The GitHub prompt injection attack perfectly illustrates the problem posed by MCP servers from a security perspective and the need for better control to prevent agents going rogue. It also serves as a warning because AI agents that go unchecked due to a lack of controls and human oversight are liable to pose a greater threat. But if that traffic is routed via an AI gateway it becomes possible to carry out real-time monitoring of agent interactions. 

As the agent is given an identity and a subset of the user’s access it becomes possible to check what actions it has taken and the tools it has used. By monitoring its activity, the gateway can determine if an agent is at risk of going rogue and can stop any abuse in real-time, preventing the agent from running amok. 

Gateways as servers 

Finally, while an AI gateway can be used to simply communicate with MCP servers, crucially, it can also create them. This means that for those businesses that are struggling to successfully deploy an enterprise-grade agentic AI solution, they can create the MCP server within the gateway itself. The best examples accomplish this without coding, using standardised API specifications as a primary input.
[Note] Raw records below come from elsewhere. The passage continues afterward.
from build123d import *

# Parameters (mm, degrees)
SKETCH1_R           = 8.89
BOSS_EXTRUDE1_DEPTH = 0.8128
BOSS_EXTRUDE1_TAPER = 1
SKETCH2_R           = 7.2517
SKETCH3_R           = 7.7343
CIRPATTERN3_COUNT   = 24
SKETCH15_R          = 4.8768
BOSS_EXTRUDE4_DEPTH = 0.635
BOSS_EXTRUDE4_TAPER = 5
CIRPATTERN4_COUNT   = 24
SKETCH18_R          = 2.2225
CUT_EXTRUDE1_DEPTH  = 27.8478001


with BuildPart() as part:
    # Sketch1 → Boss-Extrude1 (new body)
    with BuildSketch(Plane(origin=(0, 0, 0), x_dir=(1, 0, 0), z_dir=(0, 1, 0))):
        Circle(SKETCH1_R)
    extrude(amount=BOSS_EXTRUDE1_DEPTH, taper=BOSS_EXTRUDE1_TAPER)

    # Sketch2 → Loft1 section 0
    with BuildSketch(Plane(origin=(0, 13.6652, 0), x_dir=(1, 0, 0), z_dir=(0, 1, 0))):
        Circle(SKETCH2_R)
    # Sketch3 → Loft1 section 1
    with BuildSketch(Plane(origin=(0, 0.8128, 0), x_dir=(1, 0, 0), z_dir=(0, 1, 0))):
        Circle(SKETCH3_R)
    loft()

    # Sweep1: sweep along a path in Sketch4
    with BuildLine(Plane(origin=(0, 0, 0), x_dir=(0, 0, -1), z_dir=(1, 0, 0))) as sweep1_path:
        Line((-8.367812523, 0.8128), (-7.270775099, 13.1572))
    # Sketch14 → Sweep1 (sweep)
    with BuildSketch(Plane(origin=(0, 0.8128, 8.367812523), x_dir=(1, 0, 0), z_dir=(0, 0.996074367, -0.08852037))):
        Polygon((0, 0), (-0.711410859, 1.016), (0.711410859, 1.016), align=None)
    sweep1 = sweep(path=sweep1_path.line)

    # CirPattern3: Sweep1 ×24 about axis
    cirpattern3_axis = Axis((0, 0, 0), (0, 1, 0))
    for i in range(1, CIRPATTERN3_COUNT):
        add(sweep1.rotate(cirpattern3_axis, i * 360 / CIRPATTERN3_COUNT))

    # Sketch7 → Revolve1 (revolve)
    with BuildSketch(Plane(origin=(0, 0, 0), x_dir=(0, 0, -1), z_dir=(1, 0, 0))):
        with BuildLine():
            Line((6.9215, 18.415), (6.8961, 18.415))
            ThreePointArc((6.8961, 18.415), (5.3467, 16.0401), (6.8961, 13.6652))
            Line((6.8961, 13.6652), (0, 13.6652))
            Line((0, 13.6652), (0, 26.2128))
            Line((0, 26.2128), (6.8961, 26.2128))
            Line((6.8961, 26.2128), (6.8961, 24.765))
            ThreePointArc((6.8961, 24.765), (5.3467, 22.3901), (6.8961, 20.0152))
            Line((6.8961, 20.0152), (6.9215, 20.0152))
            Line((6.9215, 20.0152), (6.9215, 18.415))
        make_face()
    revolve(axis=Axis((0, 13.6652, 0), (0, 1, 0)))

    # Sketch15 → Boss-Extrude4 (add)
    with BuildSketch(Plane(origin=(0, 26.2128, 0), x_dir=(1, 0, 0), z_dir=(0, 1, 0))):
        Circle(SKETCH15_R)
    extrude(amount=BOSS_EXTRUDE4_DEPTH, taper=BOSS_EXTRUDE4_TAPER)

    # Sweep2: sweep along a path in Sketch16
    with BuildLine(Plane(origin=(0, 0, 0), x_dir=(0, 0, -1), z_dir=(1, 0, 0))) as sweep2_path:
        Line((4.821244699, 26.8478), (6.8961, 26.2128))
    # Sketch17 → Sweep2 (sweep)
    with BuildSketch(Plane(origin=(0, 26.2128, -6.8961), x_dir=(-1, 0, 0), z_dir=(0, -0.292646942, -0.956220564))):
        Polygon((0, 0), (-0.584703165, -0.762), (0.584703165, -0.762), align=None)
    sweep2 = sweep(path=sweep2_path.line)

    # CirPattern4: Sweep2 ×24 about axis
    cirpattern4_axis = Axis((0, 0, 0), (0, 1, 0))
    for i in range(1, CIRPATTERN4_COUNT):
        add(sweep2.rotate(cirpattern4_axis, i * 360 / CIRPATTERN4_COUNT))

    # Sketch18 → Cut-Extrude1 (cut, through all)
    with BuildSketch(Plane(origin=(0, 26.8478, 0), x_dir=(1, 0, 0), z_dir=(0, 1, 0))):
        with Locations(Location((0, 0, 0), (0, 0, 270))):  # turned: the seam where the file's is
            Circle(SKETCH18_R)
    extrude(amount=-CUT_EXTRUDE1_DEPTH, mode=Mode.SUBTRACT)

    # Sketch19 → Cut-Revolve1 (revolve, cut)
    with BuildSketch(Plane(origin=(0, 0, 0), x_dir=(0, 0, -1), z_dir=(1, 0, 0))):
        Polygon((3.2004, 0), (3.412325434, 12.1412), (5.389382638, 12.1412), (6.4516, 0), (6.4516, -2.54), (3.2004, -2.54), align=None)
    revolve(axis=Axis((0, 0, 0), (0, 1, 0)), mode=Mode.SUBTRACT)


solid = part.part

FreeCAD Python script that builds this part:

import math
import FreeCAD as App
import Part
import Sketcher

V = App.Vector
Q = App.Units.Quantity


def add_polygon(sketch, points):
    """Adds a closed chain of lines whose ends are joined by coincident constraints."""
    first, n = sketch.GeometryCount, len(points)
    for a, b in zip(points, points[1:] + points[:1]):
        sketch.addGeometry(Part.LineSegment(App.Vector(*a, 0), App.Vector(*b, 0)), False)
    for i in range(n):
        sketch.addConstraint(Sketcher.Constraint("Coincident", first + i, 2, first + (i + 1) % n, 1))

doc = App.newDocument("Part")
body = doc.addObject("PartDesign::Body", "Body")

# Sketch on XZ plane
sketch1 = body.newObject("Sketcher::SketchObject", "Sketch")
sketch1.AttachmentSupport = (doc.getObject("XZ_Plane"), [""])
sketch1.MapMode = "FlatFace"
sketch1.addGeometry(Part.Circle(V(0, 0, 0), V(0, 0, 1), 8.89), False)
sketch1.addConstraint(Sketcher.Constraint("Coincident", 0, 3, -1, 1))
sketch1.addConstraint(Sketcher.Constraint("Diameter", 0, Q("0.7 in")))
pad1 = body.newObject("PartDesign::Pad", "Pad")
pad1.Profile = sketch1
pad1.Length = Q("0.032 in")
pad1.Reversed = True
pad1.TaperAngle = -1

# Sketch on XZ plane
sketch2 = body.newObject("Sketcher::SketchObject", "Sketch001")
sketch2.AttachmentSupport = (doc.getObject("XZ_Plane"), [""])
sketch2.MapMode = "FlatFace"
sketch2.AttachmentOffset = App.Placement(V(0, 0, -0.538 * 25.4), App.Rotation())
sketch2.addGeometry(Part.Circle(V(0, 0, 0), V(0, 0, 1), 7.2517), False)
sketch2.addConstraint(Sketcher.Constraint("Coincident", 0, 3, -1, 1))
sketch2.addConstraint(Sketcher.Constraint("Diameter", 0, Q("0.571 in")))

# Sketch on XZ plane
sketch3 = body.newObject("Sketcher::SketchObject", "Sketch002")
sketch3.AttachmentSupport = (doc.getObject("XZ_Plane"), [""])
sketch3.MapMode = "FlatFace"
sketch3.AttachmentOffset = App.Placement(V(0, 0, -0.032 * 25.4), App.Rotation())
sketch3.addGeometry(Part.Circle(V(0, 0, 0), V(0, 0, 1), 7.7343), False)
sketch3.addConstraint(Sketcher.Constraint("Coincident", 0, 3, -1, 1))
sketch3.addConstraint(Sketcher.Constraint("Diameter", 0, Q("0.609 in")))

additiveloft = body.newObject("PartDesign::AdditiveLoft", "AdditiveLoft")
additiveloft.Profile = sketch2
additiveloft.Sections = [sketch3]

# Sketch on an angled plane
sketch4 = body.newObject("Sketcher::SketchObject", "Sketch003")
sketch4.Placement = App.Placement(V(0, 0.8128, 8.367813), App.Rotation(V(1, 0, 0), V(0, -0.08852037, -0.996074367), V(0, 0.996074367, -0.08852037), "ZXY"))
add_polygon(sketch4, [(-0.711411, 1.016), (0, 0), (0.711411, 1.016)])  # lines 0-2
sketch4.addConstraint(Sketcher.Constraint("Horizontal", 2))
sketch4.addConstraint(Sketcher.Constraint("Coincident", 0, 2, -1, 1))
sketch4.addConstraint(Sketcher.Constraint("Equal", 0, 1))
sketch4.addConstraint(Sketcher.Constraint("Angle", 0, Q("-55 deg")))
sketch4.addConstraint(Sketcher.Constraint("DistanceY", -1, 1, 1, 2, Q("0.04 in")))

# Sketch on an angled plane
sketch5 = body.newObject("Sketcher::SketchObject", "Sketch004")
sketch5.Placement = App.Placement(V(0, 0.744183, 8.37391), App.Rotation(V(0, -0.996074367, 0.08852037), V(1, 0, 0), V(0, 0.08852037, 0.996074367), "ZXY"))
sketch5.addGeometry(Part.LineSegment(V(-0.068887, 0, 0), V(-12.461938, 0, 0)), False)
sketch5.addConstraint(Sketcher.Constraint("Horizontal", 0))
sketch5.addConstraint(Sketcher.Constraint("PointOnObject", 0, 1, -1))
sketch5.addConstraint(Sketcher.Constraint("DistanceX", 0, 2, 0, 1, 12.393051))
sketch5.addConstraint(Sketcher.Constraint("DistanceX", 0, 1, -1, 1, 0.068887))
doc.recompute()

additivepipe = body.newObject("PartDesign::AdditivePipe", "AdditivePipe")
additivepipe.Profile = sketch4
additivepipe.Spine = (sketch5, ["Edge1"])
doc.recompute()

polarpattern = body.newObject("PartDesign::PolarPattern", "PolarPattern")
polarpattern.Originals = [additivepipe]
polarpattern.Axis = (doc.getObject("Y_Axis"), [""])
polarpattern.Angle = 360
polarpattern.Occurrences = 24
body.Tip = polarpattern

# Sketch on YZ plane
sketch6 = body.newObject("Sketcher::SketchObject", "Sketch005")
sketch6.AttachmentSupport = (doc.getObject("YZ_Plane"), [""])
sketch6.MapMode = "FlatFace"
sketch6.addGeometry(Part.LineSegment(V(18.415, -6.8961, 0), V(18.415, -6.9215, 0)), False)
sketch6.addGeometry(Part.LineSegment(V(18.415, -6.9215, 0), V(20.0152, -6.9215, 0)), False)
sketch6.addGeometry(Part.LineSegment(V(20.0152, -6.9215, 0), V(20.0152, -6.8961, 0)), False)
sketch6.addGeometry(Part.ArcOfCircle(Part.Circle(V(22.3901, -7.941508, 0), V(0, 0, 1), 2.594808), math.radians(23.758626), math.radians(156.241374)), False)
sketch6.addGeometry(Part.LineSegment(V(24.765, -6.8961, 0), V(26.2128, -6.8961, 0)), False)
sketch6.addGeometry(Part.LineSegment(V(26.2128, -6.8961, 0), V(26.2128, 0, 0)), False)
sketch6.addGeometry(Part.LineSegment(V(26.2128, 0, 0), V(13.6652, 0, 0)), False)
sketch6.addGeometry(Part.LineSegment(V(13.6652, 0, 0), V(13.6652, -6.8961, 0)), False)
sketch6.addGeometry(Part.ArcOfCircle(Part.Circle(V(16.0401, -7.941508, 0), V(0, 0, 1), 2.594808), math.radians(23.758626), math.radians(156.241374)), False)
sketch6.addConstraint(Sketcher.Constraint("Coincident", 0, 2, 1, 1))
sketch6.addConstraint(Sketcher.Constraint("Coincident", 1, 2, 2, 1))
sketch6.addConstraint(Sketcher.Constraint("Coincident", 2, 2, 3, 2))
sketch6.addConstraint(Sketcher.Constraint("Coincident", 3, 1, 4, 1))
sketch6.addConstraint(Sketcher.Constraint("Coincident", 4, 2, 5, 1))
sketch6.addConstraint(Sketcher.Constraint("Coincident", 5, 2, 6, 1))
sketch6.addConstraint(Sketcher.Constraint("Coincident", 6, 2, 7, 1))
sketch6.addConstraint(Sketcher.Constraint("Coincident", 7, 2, 8, 2))
sketch6.addConstraint(Sketcher.Constraint("Coincident", 8, 1, 0, 1))
sketch6.addConstraint(Sketcher.Constraint("Vertical", 0))
sketch6.addConstraint(Sketcher.Constraint("Horizontal", 1))
sketch6.addConstraint(Sketcher.Constraint("Vertical", 2))
sketch6.addConstraint(Sketcher.Constraint("Horizontal", 4))
sketch6.addConstraint(Sketcher.Constraint("Vertical", 5))
sketch6.addConstraint(Sketcher.Constraint("Horizontal", 6))
sketch6.addConstraint(Sketcher.Constraint("Vertical", 7))
sketch6.addConstraint(Sketcher.Constraint("Equal", 3, 8))
sketch6.addConstraint(Sketcher.Constraint("PointOnObject", 5, 2, -1))
sketch6.addConstraint(Sketcher.Constraint("Horizontal", 3, 3, 8, 3))
sketch6.addConstraint(Sketcher.Constraint("Horizontal", 2, 2, 3, 1))
sketch6.addConstraint(Sketcher.Constraint("Horizontal", 4, 2, 7, 2))
sketch6.addConstraint(Sketcher.Constraint("Horizontal", 7, 2, 8, 1))
sketch6.addConstraint(Sketcher.Constraint("DistanceX", 1, 1, 1, 2, Q("0.063 in")))
sketch6.addConstraint(Sketcher.Constraint("DistanceX", 4, 1, 4, 2, Q("0.057 in")))
sketch6.addConstraint(Sketcher.Constraint("DistanceX", 6, 2, 6, 1, Q("0.494 in")))
sketch6.addConstraint(Sketcher.Constraint("DistanceY", 0, 2, 0, 1, Q("0.001 in")))
sketch6.addConstraint(Sketcher.Constraint("DistanceY", 5, 1, 5, 2, Q("0.2715 in")))
sketch6.addConstraint(Sketcher.Constraint("DistanceX", -1, 1, 0, 2, Q("0.725 in")))
sketch6.addConstraint(Sketcher.Constraint("Radius", 3, 2.594808))
revolution = body.newObject("PartDesign::Revolution", "Revolution")
revolution.Profile = sketch6
revolution.ReferenceAxis = (sketch6, ["H_Axis"])
revolution.Angle = 360

# Sketch on XZ plane
sketch7 = body.newObject("Sketcher::SketchObject", "Sketch006")
sketch7.AttachmentSupport = (doc.getObject("XZ_Plane"), [""])
sketch7.MapMode = "FlatFace"
sketch7.AttachmentOffset = App.Placement(V(0, 0, -1.032 * 25.4), App.Rotation())
sketch7.addGeometry(Part.Circle(V(0, 0, 0), V(0, 0, 1), 4.8768), False)
sketch7.addConstraint(Sketcher.Constraint("Coincident", 0, 3, -1, 1))
sketch7.addConstraint(Sketcher.Constraint("Diameter", 0, Q("0.384 in")))
pad2 = body.newObject("PartDesign::Pad", "Pad001")
pad2.Profile = sketch7
pad2.Length = Q("0.025 in")
pad2.Reversed = True
pad2.TaperAngle = -5

# Sketch on an angled plane
sketch8 = body.newObject("Sketcher::SketchObject", "Sketch007")
sketch8.Placement = App.Placement(V(0, 26.2128, -6.8961), App.Rotation(V(-1, 0, 0), V(0, 0.956220564, -0.292646942), V(0, -0.292646942, -0.956220564), "ZXY"))
add_polygon(sketch8, [(0, 0), (-0.584703, -0.762), (0.584703, -0.762)])  # lines 0-2
sketch8.addConstraint(Sketcher.Constraint("Horizontal", 1))
sketch8.addConstraint(Sketcher.Constraint("Coincident", 2, 2, -1, 1))
sketch8.addConstraint(Sketcher.Constraint("Equal", 0, 2))
sketch8.addConstraint(Sketcher.Constraint("Angle", 0, Q("-127.5 deg")))
sketch8.addConstraint(Sketcher.Constraint("DistanceY", 0, 2, -1, 1, Q("0.03 in")))

# Sketch on an angled plane
sketch9 = body.newObject("Sketcher::SketchObject", "Sketch008")
sketch9.Placement = App.Placement(V(0, 25.897648, -7.925857), App.Rotation(V(0, 0.292646942, 0.956220564), V(1, 0, 0), V(0, 0.956220564, -0.292646942), "ZXY"))
sketch9.addGeometry(Part.LineSegment(V(3.246753, 0, 0), V(1.076903, 0, 0)), False)
sketch9.addConstraint(Sketcher.Constraint("Horizontal", 0))
sketch9.addConstraint(Sketcher.Constraint("PointOnObject", 0, 1, -1))
sketch9.addConstraint(Sketcher.Constraint("DistanceX", 0, 2, 0, 1, 2.16985))
sketch9.addConstraint(Sketcher.Constraint("DistanceX", -1, 1, 0, 1, 3.246753))
doc.recompute()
This can drastically reduce the cost, complexity and time associated with deployment, with one company reporting an agentic AI project expected to take six months was reduced to just 48 hours. 

As with any protocol, the MCP specification has changed over time, and will likely continue to do so in the future. With that in mind, look for a solution that can manage the complexity of handling new versions as they appear. 

What’s clear is that AI gateways have and will continue to play a vital role in organising, facilitating, and governing agent access. These platforms enable users and developers to safely utilise and build AI and are now ensuring interactions are conducted securely, reducing the risk of data leakage or agent abuse. Going forward, they are enabling businesses to build and manage their own agentic AI deployments and even their own MCP servers. In doing so, they could prove to be the key to ensuring the technology realises its potential and doesn’t just result in a mountain of technical debt.